ヨーロッパを魅了した日本と中国のモチーフ
ヨーロッパ陶磁器の歴史をたどっていくと、そのルーツが中国や日本にあることはご存じの方もいらっしゃると思います。彼らにとっては日本の焼き物はお手本の一つでもありました。とりわけ佐賀県有田町の伊万里焼で人気があったのが、境田柿右衛門の焼き物でした。
地肌が乳白色の「濁し手」と呼ばれる素地に、赤・黄・緑・金などの上絵の具を施した「錦手」といわれる見事な絵付け。赤が突出して素晴らしく、描かれた柿の色が美しく発色したため、藩主であった鍋島公から「柿右衛門」の名を賜ったといわれています。
この絶妙なバランスで作り出された柿右衛門の作品が、遠いヨーロッパの人々を魅了し、それをなんとか再現させようとしたことが、ヨーロッパ陶磁器の原点にはあります。
今であればデザイン料だ著作権だと訴えられそうですが、1600年代にはそのようなことももちろんなかったため、柿右衛門を模写したシリーズがたくさん作られました。
ところが、そこに描かれている植物や動物は、ヨーロッパの職人たちが目にしたこともないものもたくさんあり、虎が猫のように、象は鼻が短いなど、なんともコケティッシュな感じの絵付けとなったのが初期で、そのデザインはそのまま今でも描かれています。
その初期の模写の時代を経て、ヨーロッパ独自のアジアを意識したオリジナルのパターンが作られるようになります。
たとえば芙容手。お皿などの周辺をきれいに8等分し、その中に唐花を描いたもので、芙容の華が咲いたような文様となっており、その美しさはヨーロッパの人々を魅了しました。このデザインはマイセン、セーブル、ウィーン(のちのアウガルテン)の窯で用いられるようになっています。
またハンガリーのヘレンド窯。この窯は日本でも非常に人気の高い窯の一つで、現在でもユニークなシリーズやアイテムの開発に積極的に取り組んでいるブランドです。
このヘレンド窯の代表的なシリーズの一つである「インドの華」は100年以上前にデザインされたものですが、いまなお人気のあるシリーズです。
余談ですがそのインドの華、シンプルになったシリーズが存在します。
アポニーと呼ばれるヘレンドで大人気のシリーズです。そのシリーズが誕生した裏話が意外なものなのです。
アポニー伯爵が急な入用でインドの華を所望したのですが、すべてを描きあげるには時間が足りない。

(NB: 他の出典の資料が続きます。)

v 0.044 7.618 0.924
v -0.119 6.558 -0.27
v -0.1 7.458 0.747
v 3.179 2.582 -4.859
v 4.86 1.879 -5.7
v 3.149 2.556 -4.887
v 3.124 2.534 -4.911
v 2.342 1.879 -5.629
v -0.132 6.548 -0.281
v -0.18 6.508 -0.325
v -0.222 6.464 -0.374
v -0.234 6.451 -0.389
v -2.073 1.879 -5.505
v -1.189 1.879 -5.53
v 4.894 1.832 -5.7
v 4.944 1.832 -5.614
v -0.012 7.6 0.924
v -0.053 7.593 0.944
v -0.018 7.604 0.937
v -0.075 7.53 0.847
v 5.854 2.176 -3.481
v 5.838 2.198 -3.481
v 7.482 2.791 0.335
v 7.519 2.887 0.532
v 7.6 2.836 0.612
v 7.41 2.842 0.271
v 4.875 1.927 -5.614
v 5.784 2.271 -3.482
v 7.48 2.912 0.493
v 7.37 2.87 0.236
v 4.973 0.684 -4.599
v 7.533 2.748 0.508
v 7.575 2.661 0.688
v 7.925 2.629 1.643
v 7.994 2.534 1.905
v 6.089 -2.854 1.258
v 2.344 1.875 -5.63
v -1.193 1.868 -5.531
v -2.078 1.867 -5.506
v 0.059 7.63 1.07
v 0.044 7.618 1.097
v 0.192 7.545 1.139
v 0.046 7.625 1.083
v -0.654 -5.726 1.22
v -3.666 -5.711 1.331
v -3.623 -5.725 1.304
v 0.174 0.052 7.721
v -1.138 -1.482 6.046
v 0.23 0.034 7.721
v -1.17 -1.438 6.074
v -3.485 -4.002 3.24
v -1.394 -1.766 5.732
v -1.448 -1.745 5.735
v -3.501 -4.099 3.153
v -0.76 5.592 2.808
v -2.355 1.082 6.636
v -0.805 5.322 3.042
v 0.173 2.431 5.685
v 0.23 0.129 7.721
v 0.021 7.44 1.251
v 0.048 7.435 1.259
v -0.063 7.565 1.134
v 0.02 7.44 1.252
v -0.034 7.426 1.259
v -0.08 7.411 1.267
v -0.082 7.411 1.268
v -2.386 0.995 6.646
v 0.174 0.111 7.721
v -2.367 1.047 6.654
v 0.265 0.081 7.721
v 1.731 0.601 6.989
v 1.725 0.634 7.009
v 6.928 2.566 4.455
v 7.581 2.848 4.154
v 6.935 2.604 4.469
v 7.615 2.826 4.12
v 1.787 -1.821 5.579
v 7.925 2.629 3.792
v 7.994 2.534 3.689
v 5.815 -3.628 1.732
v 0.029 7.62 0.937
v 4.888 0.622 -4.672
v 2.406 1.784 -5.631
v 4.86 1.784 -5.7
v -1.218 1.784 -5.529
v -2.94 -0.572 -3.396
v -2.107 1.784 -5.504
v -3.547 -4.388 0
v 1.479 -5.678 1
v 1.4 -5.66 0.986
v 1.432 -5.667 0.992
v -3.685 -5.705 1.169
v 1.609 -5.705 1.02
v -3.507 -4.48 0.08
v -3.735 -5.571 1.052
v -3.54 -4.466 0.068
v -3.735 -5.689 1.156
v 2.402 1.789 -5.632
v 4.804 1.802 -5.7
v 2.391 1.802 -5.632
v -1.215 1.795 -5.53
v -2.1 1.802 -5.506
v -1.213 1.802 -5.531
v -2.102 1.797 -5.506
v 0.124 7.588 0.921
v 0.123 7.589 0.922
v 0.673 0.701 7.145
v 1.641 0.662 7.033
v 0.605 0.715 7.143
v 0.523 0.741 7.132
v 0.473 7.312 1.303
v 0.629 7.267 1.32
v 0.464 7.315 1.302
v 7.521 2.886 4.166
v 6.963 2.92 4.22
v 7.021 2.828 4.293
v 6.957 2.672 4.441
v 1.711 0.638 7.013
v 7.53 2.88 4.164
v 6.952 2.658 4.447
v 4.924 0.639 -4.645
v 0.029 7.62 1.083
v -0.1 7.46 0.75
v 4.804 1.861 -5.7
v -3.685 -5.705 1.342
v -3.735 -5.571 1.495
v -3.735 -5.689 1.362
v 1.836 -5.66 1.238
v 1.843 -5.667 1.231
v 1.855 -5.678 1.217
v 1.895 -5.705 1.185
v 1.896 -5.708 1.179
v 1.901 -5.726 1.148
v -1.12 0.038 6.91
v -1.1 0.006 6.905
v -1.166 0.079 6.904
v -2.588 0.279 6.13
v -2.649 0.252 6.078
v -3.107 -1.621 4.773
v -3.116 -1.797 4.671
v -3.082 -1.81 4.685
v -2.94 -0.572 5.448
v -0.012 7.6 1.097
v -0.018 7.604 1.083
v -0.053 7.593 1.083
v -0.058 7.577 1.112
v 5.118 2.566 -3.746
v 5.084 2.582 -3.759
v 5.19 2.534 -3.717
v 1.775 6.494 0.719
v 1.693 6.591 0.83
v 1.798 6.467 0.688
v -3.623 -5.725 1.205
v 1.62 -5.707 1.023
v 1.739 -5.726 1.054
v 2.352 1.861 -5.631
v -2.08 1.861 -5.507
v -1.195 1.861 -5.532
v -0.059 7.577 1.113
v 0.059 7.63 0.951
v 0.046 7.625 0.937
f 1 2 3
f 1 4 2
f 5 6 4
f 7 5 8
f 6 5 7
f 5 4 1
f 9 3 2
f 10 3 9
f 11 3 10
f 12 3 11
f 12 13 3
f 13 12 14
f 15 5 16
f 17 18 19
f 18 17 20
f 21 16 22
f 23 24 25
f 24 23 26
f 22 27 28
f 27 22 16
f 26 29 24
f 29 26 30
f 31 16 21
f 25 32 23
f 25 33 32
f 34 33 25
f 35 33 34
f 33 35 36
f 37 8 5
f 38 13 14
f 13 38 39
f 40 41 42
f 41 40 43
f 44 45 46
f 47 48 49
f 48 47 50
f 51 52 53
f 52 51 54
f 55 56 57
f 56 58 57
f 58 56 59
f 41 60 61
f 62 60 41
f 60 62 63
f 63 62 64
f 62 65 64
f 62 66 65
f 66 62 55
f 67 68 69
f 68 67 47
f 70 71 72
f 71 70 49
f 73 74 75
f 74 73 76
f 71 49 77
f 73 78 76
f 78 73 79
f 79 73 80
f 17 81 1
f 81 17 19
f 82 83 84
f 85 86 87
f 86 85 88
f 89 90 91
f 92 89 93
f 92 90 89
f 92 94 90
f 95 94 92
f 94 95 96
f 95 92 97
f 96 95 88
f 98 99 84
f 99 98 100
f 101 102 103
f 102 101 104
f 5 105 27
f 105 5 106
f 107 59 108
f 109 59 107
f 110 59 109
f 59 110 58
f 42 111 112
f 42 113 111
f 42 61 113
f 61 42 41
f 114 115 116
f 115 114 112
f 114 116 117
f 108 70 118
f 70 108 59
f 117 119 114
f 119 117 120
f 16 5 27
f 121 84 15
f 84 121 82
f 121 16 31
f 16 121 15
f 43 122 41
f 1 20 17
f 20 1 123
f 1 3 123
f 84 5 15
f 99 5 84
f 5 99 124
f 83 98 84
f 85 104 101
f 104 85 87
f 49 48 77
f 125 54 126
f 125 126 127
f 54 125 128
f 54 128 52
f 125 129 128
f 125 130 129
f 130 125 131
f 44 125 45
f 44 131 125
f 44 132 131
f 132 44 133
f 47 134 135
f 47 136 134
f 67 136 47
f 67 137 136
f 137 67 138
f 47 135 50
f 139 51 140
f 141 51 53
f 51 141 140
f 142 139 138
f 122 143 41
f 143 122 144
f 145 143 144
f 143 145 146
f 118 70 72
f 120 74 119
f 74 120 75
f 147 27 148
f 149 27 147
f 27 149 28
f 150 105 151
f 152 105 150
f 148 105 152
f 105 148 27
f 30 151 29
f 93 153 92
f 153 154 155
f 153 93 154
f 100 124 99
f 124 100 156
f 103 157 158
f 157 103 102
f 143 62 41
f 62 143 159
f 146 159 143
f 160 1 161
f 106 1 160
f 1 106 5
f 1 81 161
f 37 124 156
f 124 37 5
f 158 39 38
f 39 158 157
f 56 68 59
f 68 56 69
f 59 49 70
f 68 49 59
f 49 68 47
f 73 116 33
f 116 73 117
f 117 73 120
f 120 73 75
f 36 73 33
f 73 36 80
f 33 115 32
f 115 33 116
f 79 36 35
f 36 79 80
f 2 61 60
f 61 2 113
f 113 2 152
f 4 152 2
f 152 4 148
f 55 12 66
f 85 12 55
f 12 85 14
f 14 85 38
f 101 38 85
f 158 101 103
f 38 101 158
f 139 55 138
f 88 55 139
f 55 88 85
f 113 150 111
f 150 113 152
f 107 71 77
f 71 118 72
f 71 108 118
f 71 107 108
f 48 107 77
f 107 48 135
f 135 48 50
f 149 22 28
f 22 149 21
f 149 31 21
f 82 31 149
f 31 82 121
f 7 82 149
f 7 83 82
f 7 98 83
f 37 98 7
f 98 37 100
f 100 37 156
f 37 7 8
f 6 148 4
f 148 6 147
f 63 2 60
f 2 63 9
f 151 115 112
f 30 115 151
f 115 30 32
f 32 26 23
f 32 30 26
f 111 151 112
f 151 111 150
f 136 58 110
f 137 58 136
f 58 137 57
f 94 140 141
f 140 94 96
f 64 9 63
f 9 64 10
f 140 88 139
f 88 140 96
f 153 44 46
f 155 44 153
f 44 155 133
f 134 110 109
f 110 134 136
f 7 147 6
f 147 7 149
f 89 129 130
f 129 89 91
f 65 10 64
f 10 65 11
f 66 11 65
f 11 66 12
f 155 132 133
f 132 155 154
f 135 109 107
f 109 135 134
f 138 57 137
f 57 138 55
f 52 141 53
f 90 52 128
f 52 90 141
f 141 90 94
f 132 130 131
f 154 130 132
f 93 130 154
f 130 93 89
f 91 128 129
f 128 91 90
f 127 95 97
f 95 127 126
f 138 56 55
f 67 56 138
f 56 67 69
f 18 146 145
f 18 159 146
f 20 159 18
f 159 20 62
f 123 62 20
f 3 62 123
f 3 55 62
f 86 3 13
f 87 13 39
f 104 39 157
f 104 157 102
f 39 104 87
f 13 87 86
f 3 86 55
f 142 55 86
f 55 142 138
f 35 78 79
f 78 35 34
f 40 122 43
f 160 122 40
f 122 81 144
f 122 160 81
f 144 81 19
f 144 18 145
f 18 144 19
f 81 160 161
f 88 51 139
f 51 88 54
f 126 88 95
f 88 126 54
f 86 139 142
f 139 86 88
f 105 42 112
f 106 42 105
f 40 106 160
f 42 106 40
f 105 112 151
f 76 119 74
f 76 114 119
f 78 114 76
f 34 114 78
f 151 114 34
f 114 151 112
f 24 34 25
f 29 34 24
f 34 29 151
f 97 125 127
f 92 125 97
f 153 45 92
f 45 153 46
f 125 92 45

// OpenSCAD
// Auto-generated OpenSCAD file

    inner_points = 10*[[-0.36537328936366986, -0.5630248957199848, -0.2041241481408165], [-0.07665632407859727, 0.2534568958636895, -0.7041241461097079], [-0.28588836871909684, -0.06302896737091813, 0.6582482882371564], [0.0028285965659757967, 0.7534528242127562, 0.15824829026826498], [0.5006521103988715, -0.5630692614318152, 0.29587585685699724], [0.7893690756839442, 0.25341253015185916, -0.20412414111189417], [0.5006521161698728, -0.5630692609848701, -0.7041241431430026], [0.6377433254045676, 0.299296152151859, 0.7832482937293753]];

    outer_points = 10*[[0.5030398526543044, -0.5657546721443936, 0.10102420958195456], [0.4844053090391255, 0.18317157791304, -0.5613670839592305], [-0.49656467091517004, -0.5657546721443936, 0.12914531303547902], [-0.515199214530349, 0.18317157791304, -0.533245980505706], [0.021476633683634054, 0.008119969202636801, 0.763417417694344], [0.002842090068455094, 0.7570462192600704, 0.10102612415315894], [0.872517286240693, 0.3299291148283261, 0.34848527687259606], [-0.8515454892055908, 0.3299291148283261, 0.39698700583193464]];

    // Convex hull for inner set (I)
    module inner_hull() {
        hull() {
            for (p = inner_points) {
                translate(p) sphere(r=0.1);
            }
        }
    }

    // Convex hull for outer set (O) minus inner hull (O \ I)
    module outer_minus_inner() {
        difference() {
            hull() {
                for (p = outer_points) {
                    translate(p) sphere(r=0.1);
                }
            }
            inner_hull(); // Subtract inner hull
        }
    }

    // Convex hull for outer set (O) minus all translated inner hulls
    module outer_minus_AllTranslationInner() {
        difference() {
            hull() {
                for (p = outer_points) {
                    translate(p) sphere(r=0.1);
                }
            }
            hull() {
                translate([0,0,50]) inner_hull();
                translate([0,0,-50]) inner_hull();
            }; // Subtract translated inner hulls
        }
    }

    // Difference between outer_minus_inner and outer_minus_AllTranslationInner
    module outer_minus_inner_diff() {
        difference() {
            // Outer minus inner
            difference() {
                hull() {
                    for (p = outer_points) {
                        translate(p) sphere(r=0.1);
                    }
                }
                inner_hull();
            }

            // Subtract Outer minus AllTranslationInner
            difference() {
                hull() {
                    for (p = outer_points) {
                        translate(p) sphere(r=0.1);
                    }
                }
                hull() {
                    translate([0,0,50]) inner_hull();
                    translate([0,0,-50]) inner_hull();
                };
            }
        }
    }

    // Rendering all with colors applied
    color([1, 1, 0, 1]) outer_minus_inner_diff(); // Opaque yellow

であれば、デザインをシンプルにしてしまえ、といって生まれたのがアポニーシリーズです。
意外なことで作られましたが、華美過ぎずかえってシンプルになったことで日常使いで愛されるシリーズとなりました。
そのほか、イギリスでも1880年にロイヤルクラウンダービー窯から伊万里を模写したシリーズが発売されます。その名もジャパン。このシリーズは世界中で愛されるようになり、現在も多くの愛好家がいるといわれています。
遠き東方の国から海を渡った陶磁器は、ヨーロッパの職人の手によって独自のデザインと形を変えました。そのデザインの中には、ギリシャ・ローマ風であったり、ロココ調であったりと、その時々の文化スタイルが織り交ぜられています。